Who would refuse to raise the debt ceiling and risk a US default in such parlous times, with economic growth anaemic at best? The Republican-controlled House of Representatives, betting on the assumption that Obama, being a relatively sober, practical sort, would not want to unduly jeopardise the economy, are using the refusal to raise the debt limit to extract concessions of trillions of dollars in spending cuts over the next decade. There is the possibility of adding a “balanced budget amendment” to the American Constitution. This amendment in its’ most recent formulations would not only prevent the government from spending in deficit, but also cap Federal Government spending at 19.9% of GDP. Federal Government spending is currently around 25% of GDP, and as a comparison, most of Ronald Reagan’s budgets would not have met this requirement. In addition, the amendment would require a voting super-majority in Congress in order to raise taxes.

More reactionary Republicans (it’s difficult to call people engaged in such radical action “conservatives”) rankle at even this, viewing any rise in the debt ceiling as a betrayal of conservative principles and a default – no matter the economic pain – as just punishment for America’s perceived fiscal sins.

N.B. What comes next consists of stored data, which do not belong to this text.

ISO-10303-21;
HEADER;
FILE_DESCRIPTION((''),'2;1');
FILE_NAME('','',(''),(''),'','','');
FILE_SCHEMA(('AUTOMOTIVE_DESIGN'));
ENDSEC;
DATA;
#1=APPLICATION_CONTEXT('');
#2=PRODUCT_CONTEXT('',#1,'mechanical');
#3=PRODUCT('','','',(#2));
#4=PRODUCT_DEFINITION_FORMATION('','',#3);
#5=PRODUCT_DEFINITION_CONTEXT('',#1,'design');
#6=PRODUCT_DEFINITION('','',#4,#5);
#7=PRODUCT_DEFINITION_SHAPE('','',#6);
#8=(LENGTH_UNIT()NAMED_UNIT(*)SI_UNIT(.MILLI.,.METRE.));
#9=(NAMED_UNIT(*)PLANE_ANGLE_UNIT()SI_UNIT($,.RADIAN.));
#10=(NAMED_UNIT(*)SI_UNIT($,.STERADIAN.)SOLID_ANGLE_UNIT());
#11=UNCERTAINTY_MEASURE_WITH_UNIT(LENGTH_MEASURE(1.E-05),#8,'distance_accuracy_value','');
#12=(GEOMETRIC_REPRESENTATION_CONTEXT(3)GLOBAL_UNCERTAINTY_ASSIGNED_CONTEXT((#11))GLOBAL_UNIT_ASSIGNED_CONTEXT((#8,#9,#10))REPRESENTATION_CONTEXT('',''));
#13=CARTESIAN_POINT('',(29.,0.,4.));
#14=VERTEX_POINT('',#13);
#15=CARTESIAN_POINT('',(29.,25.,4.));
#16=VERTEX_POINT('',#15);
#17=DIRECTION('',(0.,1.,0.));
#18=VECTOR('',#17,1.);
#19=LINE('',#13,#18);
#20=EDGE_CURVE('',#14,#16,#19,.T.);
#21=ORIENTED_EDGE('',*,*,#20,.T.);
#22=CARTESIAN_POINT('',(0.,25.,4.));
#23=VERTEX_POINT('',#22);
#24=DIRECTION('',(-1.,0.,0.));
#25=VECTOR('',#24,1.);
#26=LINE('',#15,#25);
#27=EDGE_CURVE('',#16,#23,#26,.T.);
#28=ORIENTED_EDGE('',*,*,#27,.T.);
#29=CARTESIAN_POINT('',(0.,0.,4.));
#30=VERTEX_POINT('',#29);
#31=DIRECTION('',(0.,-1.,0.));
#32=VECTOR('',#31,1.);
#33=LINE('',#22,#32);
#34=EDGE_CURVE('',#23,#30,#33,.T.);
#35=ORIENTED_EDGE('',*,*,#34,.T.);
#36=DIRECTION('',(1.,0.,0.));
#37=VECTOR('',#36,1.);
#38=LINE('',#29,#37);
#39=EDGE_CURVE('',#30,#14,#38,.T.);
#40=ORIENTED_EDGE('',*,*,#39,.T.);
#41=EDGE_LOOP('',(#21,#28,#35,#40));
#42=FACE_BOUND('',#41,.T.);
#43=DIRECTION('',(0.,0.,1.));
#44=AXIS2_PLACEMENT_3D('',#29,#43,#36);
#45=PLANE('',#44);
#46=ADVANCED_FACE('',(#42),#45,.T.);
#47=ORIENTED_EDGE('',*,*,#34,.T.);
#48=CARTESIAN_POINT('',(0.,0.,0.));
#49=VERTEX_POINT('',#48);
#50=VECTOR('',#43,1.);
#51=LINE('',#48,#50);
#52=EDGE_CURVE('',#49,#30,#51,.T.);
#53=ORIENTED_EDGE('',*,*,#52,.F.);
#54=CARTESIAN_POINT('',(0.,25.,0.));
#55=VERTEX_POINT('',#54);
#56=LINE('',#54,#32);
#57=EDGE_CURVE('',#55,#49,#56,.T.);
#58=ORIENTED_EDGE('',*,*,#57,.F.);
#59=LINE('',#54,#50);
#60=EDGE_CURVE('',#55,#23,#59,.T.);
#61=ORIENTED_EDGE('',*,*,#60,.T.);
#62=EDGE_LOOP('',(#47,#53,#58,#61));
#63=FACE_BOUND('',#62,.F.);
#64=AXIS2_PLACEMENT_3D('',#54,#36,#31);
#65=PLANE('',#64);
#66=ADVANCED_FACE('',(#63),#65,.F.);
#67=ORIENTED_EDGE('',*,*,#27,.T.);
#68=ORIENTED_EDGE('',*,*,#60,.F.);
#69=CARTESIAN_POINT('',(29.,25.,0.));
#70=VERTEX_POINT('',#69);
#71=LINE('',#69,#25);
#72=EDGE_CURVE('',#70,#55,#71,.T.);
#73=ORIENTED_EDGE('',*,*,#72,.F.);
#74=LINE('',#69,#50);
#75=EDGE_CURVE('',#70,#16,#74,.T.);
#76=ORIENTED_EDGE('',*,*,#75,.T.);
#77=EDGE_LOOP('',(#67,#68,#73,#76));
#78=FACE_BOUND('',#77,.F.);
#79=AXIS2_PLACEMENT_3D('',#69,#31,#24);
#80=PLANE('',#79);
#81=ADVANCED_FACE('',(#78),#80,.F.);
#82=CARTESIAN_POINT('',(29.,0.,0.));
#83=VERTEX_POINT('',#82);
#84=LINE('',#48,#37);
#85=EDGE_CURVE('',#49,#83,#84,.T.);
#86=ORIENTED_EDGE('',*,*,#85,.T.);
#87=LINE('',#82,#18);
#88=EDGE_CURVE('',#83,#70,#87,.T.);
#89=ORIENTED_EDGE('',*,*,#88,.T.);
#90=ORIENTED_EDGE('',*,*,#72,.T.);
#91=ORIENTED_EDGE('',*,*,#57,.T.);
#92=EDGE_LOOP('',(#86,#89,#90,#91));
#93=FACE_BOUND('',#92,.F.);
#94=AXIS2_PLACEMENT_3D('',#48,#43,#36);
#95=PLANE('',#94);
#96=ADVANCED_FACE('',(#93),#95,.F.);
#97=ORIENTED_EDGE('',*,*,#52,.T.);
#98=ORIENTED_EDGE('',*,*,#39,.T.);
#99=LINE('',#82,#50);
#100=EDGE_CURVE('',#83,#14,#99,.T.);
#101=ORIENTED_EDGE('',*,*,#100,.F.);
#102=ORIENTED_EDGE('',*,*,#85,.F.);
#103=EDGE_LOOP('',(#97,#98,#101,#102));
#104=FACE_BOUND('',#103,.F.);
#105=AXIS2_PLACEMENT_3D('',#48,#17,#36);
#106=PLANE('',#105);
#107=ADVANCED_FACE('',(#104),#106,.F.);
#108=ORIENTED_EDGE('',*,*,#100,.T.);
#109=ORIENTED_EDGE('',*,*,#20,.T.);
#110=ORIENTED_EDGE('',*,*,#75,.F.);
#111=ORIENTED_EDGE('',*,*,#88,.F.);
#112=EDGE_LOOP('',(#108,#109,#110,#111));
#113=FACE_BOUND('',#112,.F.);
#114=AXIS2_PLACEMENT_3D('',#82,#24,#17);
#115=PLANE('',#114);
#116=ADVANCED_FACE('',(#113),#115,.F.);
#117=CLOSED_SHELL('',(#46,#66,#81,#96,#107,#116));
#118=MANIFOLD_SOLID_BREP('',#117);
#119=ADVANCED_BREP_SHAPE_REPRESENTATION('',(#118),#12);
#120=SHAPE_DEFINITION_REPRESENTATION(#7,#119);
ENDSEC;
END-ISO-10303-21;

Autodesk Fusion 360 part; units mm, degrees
sketch "Sketch1" plane through (0, 0, 0) normal (0, 0, 1) x (1, 0, 0)
  line L0 (0, 0) -> (29, 0)
  line L1 (29, 0) -> (29, 25)
  line L2 (29, 25) -> (0, 25)
  line L3 (0, 25) -> (0, 0)
  dimension "d1" = 25
  dimension "d2" = 29
extrude "Extrude1" add sketch "Sketch1" along normal blind 4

Obama appears to be in a no-win situation. Despite the fact that a significant proportion of the budget deficit is due to the recession, and the impact of the revenue lost when Bush-era tax cuts were passed (a package of tax cuts heavily skewed toward the wealthy, which all but reversed the healthy budget outlooks in the late 1990s), the impossibility of getting Republicans to agree on tax increases, especially on higher incomes, make his options unappealing. To prevent default, if he felt the need to still be seen as “post-partisan”, he could agree to the deal currently at vote in Congress (if it meets a happier fate than the previous negotiations, and actually passes), with all the attendant issues of cutting government spending to such a vast degree during an uncertain recovery. An alternative strategy might be a lesser package of cuts, which would raise the debt ceiling, but only by a small amount (which would make the issue appear again, conveniently for the Republicans, at exactly the right time to make it a major issue for the 2012 presidential election).

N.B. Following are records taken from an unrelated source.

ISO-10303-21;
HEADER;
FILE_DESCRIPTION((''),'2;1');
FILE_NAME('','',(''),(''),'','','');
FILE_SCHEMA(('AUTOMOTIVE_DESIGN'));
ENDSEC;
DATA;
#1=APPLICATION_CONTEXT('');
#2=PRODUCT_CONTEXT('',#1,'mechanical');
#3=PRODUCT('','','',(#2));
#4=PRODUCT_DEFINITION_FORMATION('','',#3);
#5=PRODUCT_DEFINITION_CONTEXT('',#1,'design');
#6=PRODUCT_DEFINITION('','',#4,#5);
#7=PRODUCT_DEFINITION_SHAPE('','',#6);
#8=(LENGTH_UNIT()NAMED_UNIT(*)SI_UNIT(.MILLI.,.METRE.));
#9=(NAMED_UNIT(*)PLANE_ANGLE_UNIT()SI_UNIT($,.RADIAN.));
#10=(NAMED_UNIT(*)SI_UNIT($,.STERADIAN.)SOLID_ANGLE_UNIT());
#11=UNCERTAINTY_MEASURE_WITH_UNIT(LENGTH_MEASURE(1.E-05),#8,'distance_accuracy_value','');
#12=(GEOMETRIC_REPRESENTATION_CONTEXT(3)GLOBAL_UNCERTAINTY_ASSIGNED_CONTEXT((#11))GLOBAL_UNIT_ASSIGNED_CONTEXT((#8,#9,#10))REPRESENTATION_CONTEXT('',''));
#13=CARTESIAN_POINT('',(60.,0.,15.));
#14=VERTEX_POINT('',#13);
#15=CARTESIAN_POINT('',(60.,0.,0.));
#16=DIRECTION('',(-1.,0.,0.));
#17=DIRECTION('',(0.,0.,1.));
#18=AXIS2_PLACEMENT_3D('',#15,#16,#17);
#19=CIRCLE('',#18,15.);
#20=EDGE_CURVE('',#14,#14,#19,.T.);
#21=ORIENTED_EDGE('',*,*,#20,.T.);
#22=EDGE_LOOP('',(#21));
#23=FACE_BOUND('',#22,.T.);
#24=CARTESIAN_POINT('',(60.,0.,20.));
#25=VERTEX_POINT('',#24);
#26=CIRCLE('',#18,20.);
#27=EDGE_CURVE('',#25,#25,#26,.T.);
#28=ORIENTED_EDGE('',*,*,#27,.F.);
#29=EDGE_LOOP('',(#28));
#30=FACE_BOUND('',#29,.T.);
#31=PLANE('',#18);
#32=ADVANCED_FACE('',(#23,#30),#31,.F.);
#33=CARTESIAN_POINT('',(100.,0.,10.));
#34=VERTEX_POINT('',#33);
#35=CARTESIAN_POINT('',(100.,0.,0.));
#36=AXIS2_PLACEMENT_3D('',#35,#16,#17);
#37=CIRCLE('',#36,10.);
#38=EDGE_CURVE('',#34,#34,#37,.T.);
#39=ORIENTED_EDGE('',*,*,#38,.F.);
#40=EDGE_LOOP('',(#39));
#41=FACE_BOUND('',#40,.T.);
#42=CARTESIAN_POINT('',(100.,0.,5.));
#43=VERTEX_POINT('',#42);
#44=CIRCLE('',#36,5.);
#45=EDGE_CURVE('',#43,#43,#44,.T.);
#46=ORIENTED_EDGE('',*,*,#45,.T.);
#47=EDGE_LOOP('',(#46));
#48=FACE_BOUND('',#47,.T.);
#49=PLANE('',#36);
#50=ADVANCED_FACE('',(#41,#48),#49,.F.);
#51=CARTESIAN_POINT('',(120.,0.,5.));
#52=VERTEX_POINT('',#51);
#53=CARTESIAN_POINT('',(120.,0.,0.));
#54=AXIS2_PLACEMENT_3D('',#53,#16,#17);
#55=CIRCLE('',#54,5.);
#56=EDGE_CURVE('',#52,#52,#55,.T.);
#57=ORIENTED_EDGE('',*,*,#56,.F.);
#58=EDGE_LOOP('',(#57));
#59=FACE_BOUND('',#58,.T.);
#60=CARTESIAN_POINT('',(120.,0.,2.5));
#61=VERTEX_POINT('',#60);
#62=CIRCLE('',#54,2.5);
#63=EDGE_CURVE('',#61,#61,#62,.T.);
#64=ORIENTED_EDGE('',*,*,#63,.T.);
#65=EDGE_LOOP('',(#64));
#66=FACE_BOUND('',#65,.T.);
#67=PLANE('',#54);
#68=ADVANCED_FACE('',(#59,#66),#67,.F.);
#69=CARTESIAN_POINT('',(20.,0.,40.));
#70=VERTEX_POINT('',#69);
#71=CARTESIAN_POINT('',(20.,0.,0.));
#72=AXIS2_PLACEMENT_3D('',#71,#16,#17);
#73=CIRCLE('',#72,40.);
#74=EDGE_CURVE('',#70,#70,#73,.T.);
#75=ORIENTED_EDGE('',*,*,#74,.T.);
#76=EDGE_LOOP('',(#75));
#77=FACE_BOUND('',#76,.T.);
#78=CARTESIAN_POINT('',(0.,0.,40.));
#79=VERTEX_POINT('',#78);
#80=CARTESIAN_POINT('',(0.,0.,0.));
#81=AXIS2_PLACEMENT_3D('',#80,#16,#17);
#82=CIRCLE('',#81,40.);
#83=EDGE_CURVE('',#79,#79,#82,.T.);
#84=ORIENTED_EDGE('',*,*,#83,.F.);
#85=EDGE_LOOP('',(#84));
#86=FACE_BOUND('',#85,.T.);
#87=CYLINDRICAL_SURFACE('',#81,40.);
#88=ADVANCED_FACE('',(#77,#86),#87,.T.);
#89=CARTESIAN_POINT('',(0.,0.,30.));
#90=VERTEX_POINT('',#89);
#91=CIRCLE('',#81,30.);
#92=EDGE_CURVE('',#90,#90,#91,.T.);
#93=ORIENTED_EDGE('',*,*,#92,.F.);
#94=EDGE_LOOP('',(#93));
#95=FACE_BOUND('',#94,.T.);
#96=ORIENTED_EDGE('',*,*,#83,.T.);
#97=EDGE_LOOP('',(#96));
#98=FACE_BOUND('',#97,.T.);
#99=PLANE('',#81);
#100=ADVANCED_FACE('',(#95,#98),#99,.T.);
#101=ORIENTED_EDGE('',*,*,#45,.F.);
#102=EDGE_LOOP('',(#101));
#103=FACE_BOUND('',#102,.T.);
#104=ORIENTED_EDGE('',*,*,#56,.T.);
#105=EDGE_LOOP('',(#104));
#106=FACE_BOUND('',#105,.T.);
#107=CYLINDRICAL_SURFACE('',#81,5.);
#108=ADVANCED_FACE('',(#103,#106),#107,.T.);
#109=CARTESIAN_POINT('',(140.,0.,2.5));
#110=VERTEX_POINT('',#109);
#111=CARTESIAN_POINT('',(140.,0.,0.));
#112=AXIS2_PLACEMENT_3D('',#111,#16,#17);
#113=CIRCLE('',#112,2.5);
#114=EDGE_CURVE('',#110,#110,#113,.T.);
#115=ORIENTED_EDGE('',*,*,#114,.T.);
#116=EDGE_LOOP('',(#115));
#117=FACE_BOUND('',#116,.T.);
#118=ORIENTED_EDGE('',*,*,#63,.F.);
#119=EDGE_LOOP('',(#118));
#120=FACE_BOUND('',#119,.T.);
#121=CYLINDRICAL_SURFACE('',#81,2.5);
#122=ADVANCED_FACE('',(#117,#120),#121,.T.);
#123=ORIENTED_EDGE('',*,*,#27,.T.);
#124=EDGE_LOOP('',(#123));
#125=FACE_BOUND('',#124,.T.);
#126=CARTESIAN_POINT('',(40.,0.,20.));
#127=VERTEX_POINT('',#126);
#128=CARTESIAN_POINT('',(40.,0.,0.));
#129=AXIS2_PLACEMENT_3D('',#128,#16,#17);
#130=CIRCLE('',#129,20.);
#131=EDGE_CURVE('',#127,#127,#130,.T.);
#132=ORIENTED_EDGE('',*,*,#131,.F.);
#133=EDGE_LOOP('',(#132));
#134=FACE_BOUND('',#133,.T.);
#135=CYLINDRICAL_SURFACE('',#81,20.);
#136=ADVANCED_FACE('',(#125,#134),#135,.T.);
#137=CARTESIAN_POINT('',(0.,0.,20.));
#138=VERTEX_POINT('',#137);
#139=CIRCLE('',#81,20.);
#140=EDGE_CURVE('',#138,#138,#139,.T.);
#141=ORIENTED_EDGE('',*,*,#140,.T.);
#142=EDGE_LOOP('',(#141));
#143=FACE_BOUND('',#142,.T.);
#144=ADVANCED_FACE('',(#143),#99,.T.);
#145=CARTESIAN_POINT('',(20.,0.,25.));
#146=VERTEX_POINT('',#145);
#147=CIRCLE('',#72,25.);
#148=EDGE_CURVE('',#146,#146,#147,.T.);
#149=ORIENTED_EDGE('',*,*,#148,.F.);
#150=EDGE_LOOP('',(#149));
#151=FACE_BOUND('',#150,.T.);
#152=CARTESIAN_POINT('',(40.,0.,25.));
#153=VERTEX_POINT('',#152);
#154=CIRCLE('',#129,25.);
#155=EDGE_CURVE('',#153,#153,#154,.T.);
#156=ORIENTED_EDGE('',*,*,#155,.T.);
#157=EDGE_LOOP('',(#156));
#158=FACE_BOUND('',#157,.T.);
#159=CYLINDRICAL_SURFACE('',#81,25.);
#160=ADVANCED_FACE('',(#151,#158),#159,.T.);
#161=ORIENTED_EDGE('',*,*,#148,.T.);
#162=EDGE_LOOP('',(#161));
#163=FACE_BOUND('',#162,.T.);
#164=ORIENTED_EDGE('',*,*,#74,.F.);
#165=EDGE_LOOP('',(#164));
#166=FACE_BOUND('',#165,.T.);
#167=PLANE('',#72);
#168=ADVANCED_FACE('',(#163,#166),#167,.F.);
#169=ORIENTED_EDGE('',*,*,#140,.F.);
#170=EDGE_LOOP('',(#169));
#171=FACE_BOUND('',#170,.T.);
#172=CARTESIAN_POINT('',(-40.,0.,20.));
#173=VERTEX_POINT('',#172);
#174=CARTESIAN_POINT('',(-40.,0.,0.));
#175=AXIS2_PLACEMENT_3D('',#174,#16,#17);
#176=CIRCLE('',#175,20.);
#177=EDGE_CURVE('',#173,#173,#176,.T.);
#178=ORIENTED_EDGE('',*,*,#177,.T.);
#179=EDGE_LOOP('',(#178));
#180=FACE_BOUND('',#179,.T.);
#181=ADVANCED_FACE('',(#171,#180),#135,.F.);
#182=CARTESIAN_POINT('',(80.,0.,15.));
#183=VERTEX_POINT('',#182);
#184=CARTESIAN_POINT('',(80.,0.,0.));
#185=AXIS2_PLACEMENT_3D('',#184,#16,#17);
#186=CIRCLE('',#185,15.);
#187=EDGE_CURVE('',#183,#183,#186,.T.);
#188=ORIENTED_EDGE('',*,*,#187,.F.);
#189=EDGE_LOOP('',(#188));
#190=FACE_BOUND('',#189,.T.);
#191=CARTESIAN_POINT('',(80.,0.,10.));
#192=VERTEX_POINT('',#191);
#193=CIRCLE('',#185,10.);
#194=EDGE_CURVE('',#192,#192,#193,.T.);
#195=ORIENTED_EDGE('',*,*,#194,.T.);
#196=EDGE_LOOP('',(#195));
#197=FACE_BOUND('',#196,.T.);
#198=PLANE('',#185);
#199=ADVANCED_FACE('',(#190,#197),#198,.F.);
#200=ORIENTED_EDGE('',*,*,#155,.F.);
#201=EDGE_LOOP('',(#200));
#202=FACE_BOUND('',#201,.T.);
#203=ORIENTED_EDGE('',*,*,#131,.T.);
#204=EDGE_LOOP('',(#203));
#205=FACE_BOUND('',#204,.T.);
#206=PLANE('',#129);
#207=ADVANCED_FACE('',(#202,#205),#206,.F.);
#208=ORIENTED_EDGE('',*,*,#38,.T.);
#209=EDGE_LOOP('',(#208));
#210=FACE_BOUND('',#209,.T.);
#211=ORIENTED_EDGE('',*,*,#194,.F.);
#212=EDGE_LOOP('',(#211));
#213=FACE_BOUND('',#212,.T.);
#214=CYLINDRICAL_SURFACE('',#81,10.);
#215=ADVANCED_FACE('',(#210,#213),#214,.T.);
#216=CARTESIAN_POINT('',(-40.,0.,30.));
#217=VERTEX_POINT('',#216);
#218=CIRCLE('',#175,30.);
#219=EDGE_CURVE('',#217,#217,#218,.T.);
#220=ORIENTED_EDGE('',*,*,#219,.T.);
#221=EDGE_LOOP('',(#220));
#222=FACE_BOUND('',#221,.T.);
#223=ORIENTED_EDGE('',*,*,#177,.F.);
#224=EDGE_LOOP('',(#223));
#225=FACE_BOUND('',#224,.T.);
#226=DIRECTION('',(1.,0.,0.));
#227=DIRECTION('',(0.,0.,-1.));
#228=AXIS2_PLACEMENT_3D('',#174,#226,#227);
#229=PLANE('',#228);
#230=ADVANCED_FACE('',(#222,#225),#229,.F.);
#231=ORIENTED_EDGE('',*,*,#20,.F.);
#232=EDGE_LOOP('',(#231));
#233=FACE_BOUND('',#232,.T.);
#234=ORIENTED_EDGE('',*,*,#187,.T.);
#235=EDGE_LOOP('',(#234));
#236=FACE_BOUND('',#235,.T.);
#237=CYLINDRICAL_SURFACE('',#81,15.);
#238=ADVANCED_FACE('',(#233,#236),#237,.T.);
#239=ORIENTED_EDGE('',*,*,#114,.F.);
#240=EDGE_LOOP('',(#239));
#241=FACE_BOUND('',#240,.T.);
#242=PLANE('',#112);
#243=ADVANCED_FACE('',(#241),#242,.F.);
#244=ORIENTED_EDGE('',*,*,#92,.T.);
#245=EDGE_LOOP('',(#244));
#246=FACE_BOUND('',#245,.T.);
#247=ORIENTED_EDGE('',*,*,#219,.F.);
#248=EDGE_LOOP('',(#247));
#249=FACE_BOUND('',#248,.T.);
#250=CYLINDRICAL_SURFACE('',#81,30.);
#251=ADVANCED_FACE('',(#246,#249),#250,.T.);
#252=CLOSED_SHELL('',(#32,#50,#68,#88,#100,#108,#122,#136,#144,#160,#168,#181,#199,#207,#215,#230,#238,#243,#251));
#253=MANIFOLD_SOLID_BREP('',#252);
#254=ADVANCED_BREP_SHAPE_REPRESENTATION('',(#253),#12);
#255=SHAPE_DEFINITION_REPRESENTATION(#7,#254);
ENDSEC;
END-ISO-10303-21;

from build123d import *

# Parameters (mm, degrees)
SKETCH_1_W   = 40
SKETCH_1_H   = 10
SKETCH_1_W_2 = 20
SKETCH_1_H_2 = 40
SKETCH_1_H_3 = 2.5


with BuildPart() as part:
    # 草圖1 → 旋轉1 (revolve)
    with BuildSketch(Plane.XY, mode=Mode.PRIVATE) as revolve_1_sk:
        with Locations((-20, 25)):
            Rectangle(SKETCH_1_W, SKETCH_1_H)
        with Locations((10, 20)):
            Rectangle(SKETCH_1_W_2, SKETCH_1_H_2)
        Polygon((20, 25), (20, 0), (40, 0), (40, 20), (40, 25), align=None)
        Polygon((40, 20), (40, 0), (60, 0), (60, 15), (60, 20), align=None)
        Polygon((60, 15), (60, 0), (80, 0), (80, 10), (80, 15), align=None)
        Polygon((80, 10), (80, 0), (100, 0), (100, 5), (100, 10), align=None)
        Polygon((100, 5), (100, 0), (120, 0), (120, 2.5), (120, 5), align=None)
        with Locations((130, 1.25)):
            Rectangle(SKETCH_1_W_2, SKETCH_1_H_3)
    revolve(revolve_1_sk.sketch.rotate(Axis((0, 0, 0), (1, 0, 0)), 90), axis=Axis((0, 0, 0), (1, 0, 0)))


solid = part.part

If he felt bolder, he could prioritise spending to certain departments and have a partial government shutdown, as happened in 1995-96 under Bill Clinton. This poses significant political risk, and technical as well as legal challenges. If he is feeling bolder still, he could risk impeachment by claiming that the Constitution, which compels the Federal Government to pay its debts, allows him to ignore the debt ceiling and continue borrowing.

The most likely approach, however, is the strategy of negotiation with Republicans in Congress, and the improbably large spending cuts this entails. The millions of Americans without jobs and struggling to make ends meet will be no doubt be happy to hear that although their prospects remain bleak, at least no-one can credibly call Obama a socialist until 2012, when it will become the Republican epithet of choice, definitions be damned.